El éxito de Una batalla tras otra habla de la calidad de la últimos película de Paul Thomas Anderson, que es excesiva, frenética y muy atrevida, pero también del habla del tiempo en que vivimos. Porque no puede ser más oportuna la adaptación de Vineland, una novela publicada en los años años 90 por Thomas Pynchon en la que Anderson se inspira para hacer un retrato de una sociedad muy, muy, muy parecida a los Estados Unidos de Trump.

La película se ambienta en un país que persigue a los inmigrantes, impone una visión radical, fanática y nacionalista, lo convierte todo en una guerra cultural. no concibe la discrepancia política y censura a periodistas. Resulta familiar, sí, este país retratado por la película. Mucho. Demasiado. Y ahí reside gran parte del interés del filme, claro. Llega en pleno segundo mandato de Trump, que está deteriorando a marchas forzadas lo que queda de democracia en Estados Unidos. El cine, apoyado en una novela de hace décadas, convertido en retrato crítico y ácido de una era tenebrosa. 

Podría quedarse ahí el último trabajo de Paul Thomas Anderson y ya sólo por ello sería valioso, pero acierta al ir más allá. Sin duda, la película es una sátira política y, sin duda, sirve para dar una voz de alarma ante lo que sucede en Estados Unidos (y más allá) hoy en día, con el auge de repugnantes y peligrosos discursos xenófobos, jaleados desde la Casa Blanca, que difunde odio visceral hacia quienes tienen otras ideas políticas a las imperantes. La película es todo eso, y por ello es enormemente oportuna, pero también, o sobre todo, es una película divertida, ingeniosa, adictiva y con un ritmo endiablado.
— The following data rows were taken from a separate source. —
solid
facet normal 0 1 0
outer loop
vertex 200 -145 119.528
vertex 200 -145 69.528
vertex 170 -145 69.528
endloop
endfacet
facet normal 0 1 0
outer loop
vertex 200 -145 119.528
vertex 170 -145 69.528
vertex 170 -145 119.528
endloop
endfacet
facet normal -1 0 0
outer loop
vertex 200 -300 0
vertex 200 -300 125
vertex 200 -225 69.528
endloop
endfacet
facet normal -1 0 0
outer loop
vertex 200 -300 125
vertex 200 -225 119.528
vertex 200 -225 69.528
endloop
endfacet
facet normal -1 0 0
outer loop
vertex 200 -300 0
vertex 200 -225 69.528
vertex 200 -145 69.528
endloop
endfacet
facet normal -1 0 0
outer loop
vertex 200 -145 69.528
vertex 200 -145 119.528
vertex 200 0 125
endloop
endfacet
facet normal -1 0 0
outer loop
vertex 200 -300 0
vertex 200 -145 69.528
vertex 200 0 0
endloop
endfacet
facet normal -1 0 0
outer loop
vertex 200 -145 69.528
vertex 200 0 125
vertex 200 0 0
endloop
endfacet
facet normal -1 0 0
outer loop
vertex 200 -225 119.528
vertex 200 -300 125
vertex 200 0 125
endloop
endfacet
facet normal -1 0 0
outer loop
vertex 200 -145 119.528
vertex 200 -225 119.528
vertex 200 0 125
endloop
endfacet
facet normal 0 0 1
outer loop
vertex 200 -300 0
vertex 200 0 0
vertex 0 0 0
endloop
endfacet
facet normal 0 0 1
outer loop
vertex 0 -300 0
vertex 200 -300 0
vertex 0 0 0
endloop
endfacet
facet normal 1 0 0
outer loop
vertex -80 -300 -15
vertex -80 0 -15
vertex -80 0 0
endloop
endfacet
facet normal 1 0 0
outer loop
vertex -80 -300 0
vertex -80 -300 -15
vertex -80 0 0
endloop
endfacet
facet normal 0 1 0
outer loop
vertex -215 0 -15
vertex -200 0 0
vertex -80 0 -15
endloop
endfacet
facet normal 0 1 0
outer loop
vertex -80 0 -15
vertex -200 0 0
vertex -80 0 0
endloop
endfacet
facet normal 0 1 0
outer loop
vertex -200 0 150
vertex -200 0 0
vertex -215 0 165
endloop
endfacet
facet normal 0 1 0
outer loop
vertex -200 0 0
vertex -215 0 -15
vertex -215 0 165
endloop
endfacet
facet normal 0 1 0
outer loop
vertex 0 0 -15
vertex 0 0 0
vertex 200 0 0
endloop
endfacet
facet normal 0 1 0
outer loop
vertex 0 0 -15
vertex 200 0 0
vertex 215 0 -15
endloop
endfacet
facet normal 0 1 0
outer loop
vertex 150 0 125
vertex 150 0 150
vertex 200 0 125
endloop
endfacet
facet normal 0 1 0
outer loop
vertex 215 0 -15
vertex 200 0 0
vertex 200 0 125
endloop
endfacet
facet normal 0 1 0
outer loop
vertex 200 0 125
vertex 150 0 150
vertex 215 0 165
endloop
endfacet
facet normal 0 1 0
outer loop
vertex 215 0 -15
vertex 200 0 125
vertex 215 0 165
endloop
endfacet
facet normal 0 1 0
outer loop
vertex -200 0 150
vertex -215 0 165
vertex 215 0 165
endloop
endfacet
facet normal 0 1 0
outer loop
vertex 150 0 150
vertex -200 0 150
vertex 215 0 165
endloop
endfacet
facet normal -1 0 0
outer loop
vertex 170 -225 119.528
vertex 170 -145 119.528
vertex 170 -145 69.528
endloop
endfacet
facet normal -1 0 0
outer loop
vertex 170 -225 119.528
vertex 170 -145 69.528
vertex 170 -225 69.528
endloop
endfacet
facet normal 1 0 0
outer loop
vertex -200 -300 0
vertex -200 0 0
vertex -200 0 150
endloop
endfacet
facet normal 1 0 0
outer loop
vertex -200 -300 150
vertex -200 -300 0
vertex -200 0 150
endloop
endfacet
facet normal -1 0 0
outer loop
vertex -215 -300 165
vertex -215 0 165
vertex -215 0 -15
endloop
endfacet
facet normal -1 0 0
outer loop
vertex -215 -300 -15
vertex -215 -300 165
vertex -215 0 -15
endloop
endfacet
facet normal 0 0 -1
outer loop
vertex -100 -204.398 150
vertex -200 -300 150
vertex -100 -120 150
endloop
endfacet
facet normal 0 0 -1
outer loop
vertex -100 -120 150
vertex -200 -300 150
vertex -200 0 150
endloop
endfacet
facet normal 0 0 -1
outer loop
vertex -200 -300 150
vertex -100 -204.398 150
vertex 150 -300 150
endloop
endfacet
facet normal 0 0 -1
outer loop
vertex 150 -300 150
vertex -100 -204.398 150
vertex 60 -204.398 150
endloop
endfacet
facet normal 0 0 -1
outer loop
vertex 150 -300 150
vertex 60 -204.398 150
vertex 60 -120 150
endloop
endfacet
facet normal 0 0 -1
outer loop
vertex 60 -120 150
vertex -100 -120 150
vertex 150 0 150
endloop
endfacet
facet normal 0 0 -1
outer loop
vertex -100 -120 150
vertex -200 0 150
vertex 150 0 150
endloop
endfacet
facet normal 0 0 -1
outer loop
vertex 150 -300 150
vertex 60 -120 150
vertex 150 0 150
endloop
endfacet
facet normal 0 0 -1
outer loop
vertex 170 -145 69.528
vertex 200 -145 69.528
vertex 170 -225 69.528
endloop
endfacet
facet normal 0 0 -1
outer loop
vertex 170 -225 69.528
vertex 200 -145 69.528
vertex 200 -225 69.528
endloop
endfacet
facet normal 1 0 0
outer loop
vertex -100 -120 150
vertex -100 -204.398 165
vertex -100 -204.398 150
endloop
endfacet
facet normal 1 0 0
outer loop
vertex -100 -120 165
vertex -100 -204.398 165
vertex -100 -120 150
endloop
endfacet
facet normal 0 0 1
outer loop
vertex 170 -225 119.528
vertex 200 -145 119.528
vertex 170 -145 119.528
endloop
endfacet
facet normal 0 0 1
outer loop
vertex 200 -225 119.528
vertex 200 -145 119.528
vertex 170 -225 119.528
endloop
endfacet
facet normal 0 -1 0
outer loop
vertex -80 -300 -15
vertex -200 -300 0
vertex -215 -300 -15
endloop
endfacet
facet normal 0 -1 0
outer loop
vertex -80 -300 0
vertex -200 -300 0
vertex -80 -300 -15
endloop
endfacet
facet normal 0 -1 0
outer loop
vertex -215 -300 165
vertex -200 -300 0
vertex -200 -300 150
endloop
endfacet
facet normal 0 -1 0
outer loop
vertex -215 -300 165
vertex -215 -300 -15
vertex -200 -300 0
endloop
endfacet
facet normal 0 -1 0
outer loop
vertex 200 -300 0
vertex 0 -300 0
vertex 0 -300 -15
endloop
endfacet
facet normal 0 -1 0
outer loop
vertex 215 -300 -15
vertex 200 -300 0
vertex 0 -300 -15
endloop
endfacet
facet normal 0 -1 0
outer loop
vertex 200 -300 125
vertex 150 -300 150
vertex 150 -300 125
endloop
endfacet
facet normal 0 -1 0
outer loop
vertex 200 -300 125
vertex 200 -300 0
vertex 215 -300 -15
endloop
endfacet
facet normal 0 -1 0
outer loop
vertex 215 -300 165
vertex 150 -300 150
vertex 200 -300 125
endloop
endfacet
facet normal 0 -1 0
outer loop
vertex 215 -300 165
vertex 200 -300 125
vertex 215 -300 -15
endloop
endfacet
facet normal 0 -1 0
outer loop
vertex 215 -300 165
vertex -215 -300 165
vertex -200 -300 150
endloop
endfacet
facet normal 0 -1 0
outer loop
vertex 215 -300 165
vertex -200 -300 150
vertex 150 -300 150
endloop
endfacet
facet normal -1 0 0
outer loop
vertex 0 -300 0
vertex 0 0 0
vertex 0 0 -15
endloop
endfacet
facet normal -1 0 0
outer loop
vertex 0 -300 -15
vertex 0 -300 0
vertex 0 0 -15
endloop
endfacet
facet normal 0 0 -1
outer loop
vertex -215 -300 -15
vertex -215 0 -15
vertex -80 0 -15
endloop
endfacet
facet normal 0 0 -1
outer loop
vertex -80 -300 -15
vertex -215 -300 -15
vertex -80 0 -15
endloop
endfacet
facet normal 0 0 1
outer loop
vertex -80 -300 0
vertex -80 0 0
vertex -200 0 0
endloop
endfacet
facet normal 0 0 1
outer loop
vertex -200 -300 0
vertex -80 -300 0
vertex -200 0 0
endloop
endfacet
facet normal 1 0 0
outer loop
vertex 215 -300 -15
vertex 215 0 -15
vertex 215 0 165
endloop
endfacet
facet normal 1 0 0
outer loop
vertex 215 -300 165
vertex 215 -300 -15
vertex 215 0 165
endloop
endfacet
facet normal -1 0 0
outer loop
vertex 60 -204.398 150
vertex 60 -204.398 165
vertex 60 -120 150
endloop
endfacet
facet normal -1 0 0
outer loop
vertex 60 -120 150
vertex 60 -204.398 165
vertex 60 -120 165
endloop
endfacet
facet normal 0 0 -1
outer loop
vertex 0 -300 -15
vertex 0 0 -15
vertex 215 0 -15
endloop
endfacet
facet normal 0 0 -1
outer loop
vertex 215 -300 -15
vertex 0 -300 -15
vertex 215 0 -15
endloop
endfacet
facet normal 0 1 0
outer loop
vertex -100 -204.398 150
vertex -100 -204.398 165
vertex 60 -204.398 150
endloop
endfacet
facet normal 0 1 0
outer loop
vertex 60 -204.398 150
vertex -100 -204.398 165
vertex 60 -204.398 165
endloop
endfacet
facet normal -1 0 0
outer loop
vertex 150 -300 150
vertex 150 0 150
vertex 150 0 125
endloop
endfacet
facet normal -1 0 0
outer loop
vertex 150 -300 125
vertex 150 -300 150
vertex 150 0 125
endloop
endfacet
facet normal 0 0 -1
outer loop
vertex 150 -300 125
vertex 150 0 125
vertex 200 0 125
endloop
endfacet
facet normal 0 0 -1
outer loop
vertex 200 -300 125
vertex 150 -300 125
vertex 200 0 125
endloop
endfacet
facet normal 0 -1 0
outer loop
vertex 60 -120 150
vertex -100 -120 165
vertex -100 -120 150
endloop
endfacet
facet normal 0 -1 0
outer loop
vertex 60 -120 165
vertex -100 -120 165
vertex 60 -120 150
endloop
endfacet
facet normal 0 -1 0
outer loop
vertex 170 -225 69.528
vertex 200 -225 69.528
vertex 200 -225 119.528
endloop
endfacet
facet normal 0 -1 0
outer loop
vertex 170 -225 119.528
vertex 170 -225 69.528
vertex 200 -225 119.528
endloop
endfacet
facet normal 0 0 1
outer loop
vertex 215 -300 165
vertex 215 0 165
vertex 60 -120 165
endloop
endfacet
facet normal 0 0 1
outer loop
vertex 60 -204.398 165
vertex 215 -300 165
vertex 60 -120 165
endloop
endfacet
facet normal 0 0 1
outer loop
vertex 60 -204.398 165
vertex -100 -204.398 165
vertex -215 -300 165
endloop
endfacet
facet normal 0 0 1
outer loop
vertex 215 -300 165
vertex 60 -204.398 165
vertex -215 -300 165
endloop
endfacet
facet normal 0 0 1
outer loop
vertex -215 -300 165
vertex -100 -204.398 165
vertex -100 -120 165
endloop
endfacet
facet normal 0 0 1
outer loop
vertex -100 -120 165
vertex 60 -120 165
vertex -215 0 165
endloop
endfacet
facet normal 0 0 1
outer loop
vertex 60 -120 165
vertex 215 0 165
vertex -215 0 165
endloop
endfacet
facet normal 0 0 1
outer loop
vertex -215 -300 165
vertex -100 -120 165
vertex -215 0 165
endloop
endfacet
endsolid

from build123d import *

# Parameters (mm, degrees)
F1_DEPTH = 300
F2_W     = 160
F2_H     = 84.39811
F3_DEPTH = 25
F4_W     = 80
F4_H     = 50
F5_DEPTH = 30


with BuildPart() as f1:
    # F0 (on Front) → F1 (new body)
    with BuildSketch(Plane.XZ):
        Polygon((-80, -15), (-80, 0), (-200, 0), (-200, 150), (150, 150), (150, 125), (200, 125), (200, 0), (0, 0), (0, -15), (215, -15), (215, 165), (-215, 165), (-215, -15), align=None)
    extrude(amount=F1_DEPTH)

    # F2 (on face) → F3 (cut)
    with BuildSketch(Plane.XY.offset(165)):
        with Locations((-20, -162.199055)):
            Rectangle(F2_W, F2_H)
    extrude(amount=-F3_DEPTH, mode=Mode.SUBTRACT)

    # F4 (on face) → F5 (join)
    with BuildSketch(Plane(origin=(200, 0, 0), x_dir=(0, -1, 0), z_dir=(-1, 0, 0))):
        with Locations((185, 94.528437)):
            Rectangle(F4_W, F4_H)
    extrude(amount=F5_DEPTH)


solid = f1.part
Es buen cine. Con mensaje y obvia vocación de apelar a nuestro presente, sí, pero también enormemente entretenida

Un desatado Leonardo DiCaprio da vida a un revolucionario que, tras dieciséis años retirado del empeño de cambiar el mundo, se tiene que enfrentar junto a su hija (Chase Infiniti) a las consecuencias de su acción revolucionaria en el pasado, casi en otra vida, al lado de la madre de ella, a la que vida Teyana Taylor. Aunque se ha entregado al alcohol y casi ha olvidado todo lo relativo a aquella época, el personaje de DiCaprio se reencontrará de golpe con el opresivo Estado autoritario contra el que se rebeló, encarnado aquí por un militar excéntrico y tocado del ala al que da vida Sean Penn. Por si faltaba poco, también aparece por ahí un personaje de lo más hipnótico al que da vida Benicio del Toro

La película tiene un evidente mensaje político de fondo, de esos, por cierto, que siempre llaman la atención viniendo de Hollywood, que es tan sistema puro y que, de cuando en cuando, lanza sus diatribas antisistema o revolucionarias, pero también destaca y sorprende en lo formal, en la construcción de los personajes, los diálogos, las escenas de persecuciones, los chistes un poco sin venir a cuento, los excesos, las situaciones divertidas cuando no deberían serlo… 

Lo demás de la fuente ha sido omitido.